= PROBLEM DESCRIPTION =
When the line containing "f 326 140 330" appears in the data below, begin copying there and stop only after the line containing "f 147 148 345".

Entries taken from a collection
/---

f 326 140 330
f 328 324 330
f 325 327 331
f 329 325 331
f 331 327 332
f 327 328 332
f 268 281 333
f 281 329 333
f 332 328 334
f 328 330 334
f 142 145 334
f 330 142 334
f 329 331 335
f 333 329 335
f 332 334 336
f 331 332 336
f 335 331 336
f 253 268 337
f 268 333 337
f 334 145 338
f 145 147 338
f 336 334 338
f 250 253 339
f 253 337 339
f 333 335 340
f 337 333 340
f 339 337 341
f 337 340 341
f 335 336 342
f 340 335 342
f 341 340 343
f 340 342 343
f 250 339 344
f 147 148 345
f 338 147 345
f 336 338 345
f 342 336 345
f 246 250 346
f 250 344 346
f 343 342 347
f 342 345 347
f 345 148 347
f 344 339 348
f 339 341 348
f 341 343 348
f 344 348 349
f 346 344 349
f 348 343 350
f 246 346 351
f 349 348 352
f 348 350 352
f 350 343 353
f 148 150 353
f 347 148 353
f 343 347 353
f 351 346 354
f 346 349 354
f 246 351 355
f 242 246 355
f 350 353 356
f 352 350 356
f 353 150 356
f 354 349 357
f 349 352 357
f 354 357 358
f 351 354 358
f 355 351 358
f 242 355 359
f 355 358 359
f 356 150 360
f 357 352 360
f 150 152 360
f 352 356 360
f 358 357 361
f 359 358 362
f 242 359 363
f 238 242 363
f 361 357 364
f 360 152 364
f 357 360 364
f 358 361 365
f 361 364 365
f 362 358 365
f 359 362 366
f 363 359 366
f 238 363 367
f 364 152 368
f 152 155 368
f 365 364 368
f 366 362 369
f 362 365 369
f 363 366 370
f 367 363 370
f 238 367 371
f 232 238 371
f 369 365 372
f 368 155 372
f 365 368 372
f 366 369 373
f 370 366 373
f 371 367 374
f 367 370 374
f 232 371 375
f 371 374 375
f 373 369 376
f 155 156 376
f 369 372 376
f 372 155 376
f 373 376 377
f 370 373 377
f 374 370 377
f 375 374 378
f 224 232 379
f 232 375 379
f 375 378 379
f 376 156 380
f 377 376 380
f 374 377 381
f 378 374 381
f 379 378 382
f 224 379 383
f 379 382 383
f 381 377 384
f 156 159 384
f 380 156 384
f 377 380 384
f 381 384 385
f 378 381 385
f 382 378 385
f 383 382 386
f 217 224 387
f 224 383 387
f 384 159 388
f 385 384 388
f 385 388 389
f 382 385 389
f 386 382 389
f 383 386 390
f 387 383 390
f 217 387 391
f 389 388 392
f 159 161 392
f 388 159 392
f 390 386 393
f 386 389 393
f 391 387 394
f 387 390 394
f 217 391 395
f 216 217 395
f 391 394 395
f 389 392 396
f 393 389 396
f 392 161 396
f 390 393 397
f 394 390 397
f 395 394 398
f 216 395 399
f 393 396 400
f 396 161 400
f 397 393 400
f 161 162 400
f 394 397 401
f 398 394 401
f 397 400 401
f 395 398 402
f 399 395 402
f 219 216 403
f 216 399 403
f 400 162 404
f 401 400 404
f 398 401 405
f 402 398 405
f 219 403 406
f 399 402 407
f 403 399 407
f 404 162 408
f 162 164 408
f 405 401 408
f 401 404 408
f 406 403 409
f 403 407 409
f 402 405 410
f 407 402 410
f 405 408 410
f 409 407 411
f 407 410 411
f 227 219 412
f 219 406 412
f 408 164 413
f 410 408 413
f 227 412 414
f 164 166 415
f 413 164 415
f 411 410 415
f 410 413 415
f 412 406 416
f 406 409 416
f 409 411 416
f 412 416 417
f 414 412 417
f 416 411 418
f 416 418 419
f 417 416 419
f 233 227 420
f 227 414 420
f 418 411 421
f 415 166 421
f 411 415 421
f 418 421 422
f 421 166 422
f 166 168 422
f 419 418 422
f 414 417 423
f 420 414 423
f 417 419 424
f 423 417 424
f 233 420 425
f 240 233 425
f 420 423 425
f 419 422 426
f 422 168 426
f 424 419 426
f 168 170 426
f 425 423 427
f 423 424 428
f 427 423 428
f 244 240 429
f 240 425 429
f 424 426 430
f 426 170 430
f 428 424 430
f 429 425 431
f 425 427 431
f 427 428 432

\---
/---

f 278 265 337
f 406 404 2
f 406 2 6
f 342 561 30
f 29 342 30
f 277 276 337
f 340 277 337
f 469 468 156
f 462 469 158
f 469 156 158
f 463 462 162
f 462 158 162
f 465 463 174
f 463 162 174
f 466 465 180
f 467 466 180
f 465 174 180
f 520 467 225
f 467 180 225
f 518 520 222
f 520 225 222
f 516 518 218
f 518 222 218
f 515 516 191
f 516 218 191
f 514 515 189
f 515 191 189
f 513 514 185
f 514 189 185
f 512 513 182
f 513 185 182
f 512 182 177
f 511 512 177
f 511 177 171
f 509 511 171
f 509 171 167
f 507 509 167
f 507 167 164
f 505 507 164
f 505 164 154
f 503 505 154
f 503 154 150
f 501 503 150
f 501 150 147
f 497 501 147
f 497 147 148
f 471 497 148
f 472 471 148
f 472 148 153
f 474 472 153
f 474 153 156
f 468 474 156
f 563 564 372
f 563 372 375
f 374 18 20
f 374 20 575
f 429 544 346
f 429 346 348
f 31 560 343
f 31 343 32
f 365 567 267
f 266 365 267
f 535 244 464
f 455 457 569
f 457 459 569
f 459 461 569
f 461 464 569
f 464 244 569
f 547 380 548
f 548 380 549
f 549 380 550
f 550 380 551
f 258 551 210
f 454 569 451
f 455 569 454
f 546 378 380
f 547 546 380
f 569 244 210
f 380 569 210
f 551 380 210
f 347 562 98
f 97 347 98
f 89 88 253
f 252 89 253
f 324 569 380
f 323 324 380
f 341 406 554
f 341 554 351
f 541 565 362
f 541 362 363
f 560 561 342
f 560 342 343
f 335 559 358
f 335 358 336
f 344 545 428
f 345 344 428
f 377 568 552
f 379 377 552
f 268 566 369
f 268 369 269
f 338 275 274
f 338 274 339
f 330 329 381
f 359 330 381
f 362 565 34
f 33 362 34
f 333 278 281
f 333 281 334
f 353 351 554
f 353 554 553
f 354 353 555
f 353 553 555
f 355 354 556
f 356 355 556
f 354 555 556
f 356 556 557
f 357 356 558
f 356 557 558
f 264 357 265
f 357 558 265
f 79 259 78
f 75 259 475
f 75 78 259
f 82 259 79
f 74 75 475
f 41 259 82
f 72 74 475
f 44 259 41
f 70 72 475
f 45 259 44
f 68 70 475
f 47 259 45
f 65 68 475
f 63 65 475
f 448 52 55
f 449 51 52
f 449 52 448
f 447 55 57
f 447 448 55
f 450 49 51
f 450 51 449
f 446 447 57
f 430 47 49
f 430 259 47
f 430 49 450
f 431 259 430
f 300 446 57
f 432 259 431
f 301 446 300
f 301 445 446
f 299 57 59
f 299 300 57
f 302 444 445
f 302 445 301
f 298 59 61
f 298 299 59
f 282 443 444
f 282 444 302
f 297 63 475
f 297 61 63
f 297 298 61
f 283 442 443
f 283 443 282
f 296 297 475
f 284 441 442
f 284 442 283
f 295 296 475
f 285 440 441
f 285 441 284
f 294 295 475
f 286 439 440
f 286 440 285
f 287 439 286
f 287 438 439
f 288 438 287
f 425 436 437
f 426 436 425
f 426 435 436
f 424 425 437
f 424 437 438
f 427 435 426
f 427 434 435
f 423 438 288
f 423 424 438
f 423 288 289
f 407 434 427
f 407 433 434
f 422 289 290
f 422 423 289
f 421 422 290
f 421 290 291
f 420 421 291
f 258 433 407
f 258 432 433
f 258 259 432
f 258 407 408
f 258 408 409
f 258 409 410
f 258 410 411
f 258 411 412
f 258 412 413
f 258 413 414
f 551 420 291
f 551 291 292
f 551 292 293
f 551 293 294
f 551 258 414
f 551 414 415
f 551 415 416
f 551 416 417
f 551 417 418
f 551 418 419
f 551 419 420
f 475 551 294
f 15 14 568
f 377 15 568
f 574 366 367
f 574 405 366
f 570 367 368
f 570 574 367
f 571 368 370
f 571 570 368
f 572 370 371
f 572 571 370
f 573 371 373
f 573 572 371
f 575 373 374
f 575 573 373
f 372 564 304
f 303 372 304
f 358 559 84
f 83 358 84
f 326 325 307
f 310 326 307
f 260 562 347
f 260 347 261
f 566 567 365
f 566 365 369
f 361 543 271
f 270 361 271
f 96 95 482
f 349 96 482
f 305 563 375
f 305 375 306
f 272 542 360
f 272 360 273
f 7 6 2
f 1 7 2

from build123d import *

\---
/---

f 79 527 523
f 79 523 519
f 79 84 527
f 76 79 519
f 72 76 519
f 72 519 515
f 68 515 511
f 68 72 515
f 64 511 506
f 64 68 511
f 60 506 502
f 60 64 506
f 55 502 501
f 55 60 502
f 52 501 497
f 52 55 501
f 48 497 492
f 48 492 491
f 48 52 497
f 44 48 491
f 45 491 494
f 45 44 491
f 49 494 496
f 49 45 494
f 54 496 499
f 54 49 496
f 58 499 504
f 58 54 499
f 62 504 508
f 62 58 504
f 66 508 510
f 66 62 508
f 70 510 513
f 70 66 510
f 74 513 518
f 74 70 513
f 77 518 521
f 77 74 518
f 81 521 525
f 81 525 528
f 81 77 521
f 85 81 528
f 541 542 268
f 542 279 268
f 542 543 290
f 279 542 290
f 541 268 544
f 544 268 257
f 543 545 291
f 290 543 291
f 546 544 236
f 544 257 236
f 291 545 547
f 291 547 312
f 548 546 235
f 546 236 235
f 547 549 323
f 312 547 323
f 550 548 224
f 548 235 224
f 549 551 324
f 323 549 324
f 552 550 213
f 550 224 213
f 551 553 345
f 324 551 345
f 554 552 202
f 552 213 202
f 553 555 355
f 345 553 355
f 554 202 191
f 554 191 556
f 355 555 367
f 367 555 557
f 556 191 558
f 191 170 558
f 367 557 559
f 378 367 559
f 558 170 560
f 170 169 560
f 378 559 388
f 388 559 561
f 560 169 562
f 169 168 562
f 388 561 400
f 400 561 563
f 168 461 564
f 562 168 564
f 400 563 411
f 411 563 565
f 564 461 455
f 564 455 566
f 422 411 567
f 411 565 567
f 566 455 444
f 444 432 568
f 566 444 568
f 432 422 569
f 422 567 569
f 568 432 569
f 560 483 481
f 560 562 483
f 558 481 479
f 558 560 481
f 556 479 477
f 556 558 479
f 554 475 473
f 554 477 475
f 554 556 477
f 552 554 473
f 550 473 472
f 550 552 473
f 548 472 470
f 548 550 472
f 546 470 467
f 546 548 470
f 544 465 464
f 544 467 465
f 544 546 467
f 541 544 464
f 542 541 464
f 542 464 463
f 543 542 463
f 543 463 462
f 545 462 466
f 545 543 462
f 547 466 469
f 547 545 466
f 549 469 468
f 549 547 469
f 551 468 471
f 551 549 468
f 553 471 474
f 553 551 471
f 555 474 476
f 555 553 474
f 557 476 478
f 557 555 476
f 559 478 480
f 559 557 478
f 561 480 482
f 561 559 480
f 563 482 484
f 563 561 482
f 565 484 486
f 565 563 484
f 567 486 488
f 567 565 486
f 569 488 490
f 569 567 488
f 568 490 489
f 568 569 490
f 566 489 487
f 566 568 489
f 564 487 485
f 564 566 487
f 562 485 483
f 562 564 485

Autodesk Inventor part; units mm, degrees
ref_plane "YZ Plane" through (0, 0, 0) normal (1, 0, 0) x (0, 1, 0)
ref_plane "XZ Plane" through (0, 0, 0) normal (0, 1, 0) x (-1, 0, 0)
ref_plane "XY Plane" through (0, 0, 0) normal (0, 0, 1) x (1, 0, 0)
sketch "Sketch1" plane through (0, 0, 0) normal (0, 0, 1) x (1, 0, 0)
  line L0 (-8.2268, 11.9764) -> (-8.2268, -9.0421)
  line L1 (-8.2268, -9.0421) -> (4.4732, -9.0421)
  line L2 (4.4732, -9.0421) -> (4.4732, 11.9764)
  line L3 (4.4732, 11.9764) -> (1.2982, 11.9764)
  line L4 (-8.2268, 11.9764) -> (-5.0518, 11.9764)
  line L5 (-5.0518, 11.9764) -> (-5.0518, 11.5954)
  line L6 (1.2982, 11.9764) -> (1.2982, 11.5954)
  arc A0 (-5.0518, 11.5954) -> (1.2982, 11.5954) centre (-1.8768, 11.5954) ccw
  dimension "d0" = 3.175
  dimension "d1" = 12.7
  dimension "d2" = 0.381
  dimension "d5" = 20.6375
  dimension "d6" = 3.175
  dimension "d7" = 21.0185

\---

= EXPECTED OUTPUT =
f 326 140 330
f 328 324 330
f 325 327 331
f 329 325 331
f 331 327 332
f 327 328 332
f 268 281 333
f 281 329 333
f 332 328 334
f 328 330 334
f 142 145 334
f 330 142 334
f 329 331 335
f 333 329 335
f 332 334 336
f 331 332 336
f 335 331 336
f 253 268 337
f 268 333 337
f 334 145 338
f 145 147 338
f 336 334 338
f 250 253 339
f 253 337 339
f 333 335 340
f 337 333 340
f 339 337 341
f 337 340 341
f 335 336 342
f 340 335 342
f 341 340 343
f 340 342 343
f 250 339 344
f 147 148 345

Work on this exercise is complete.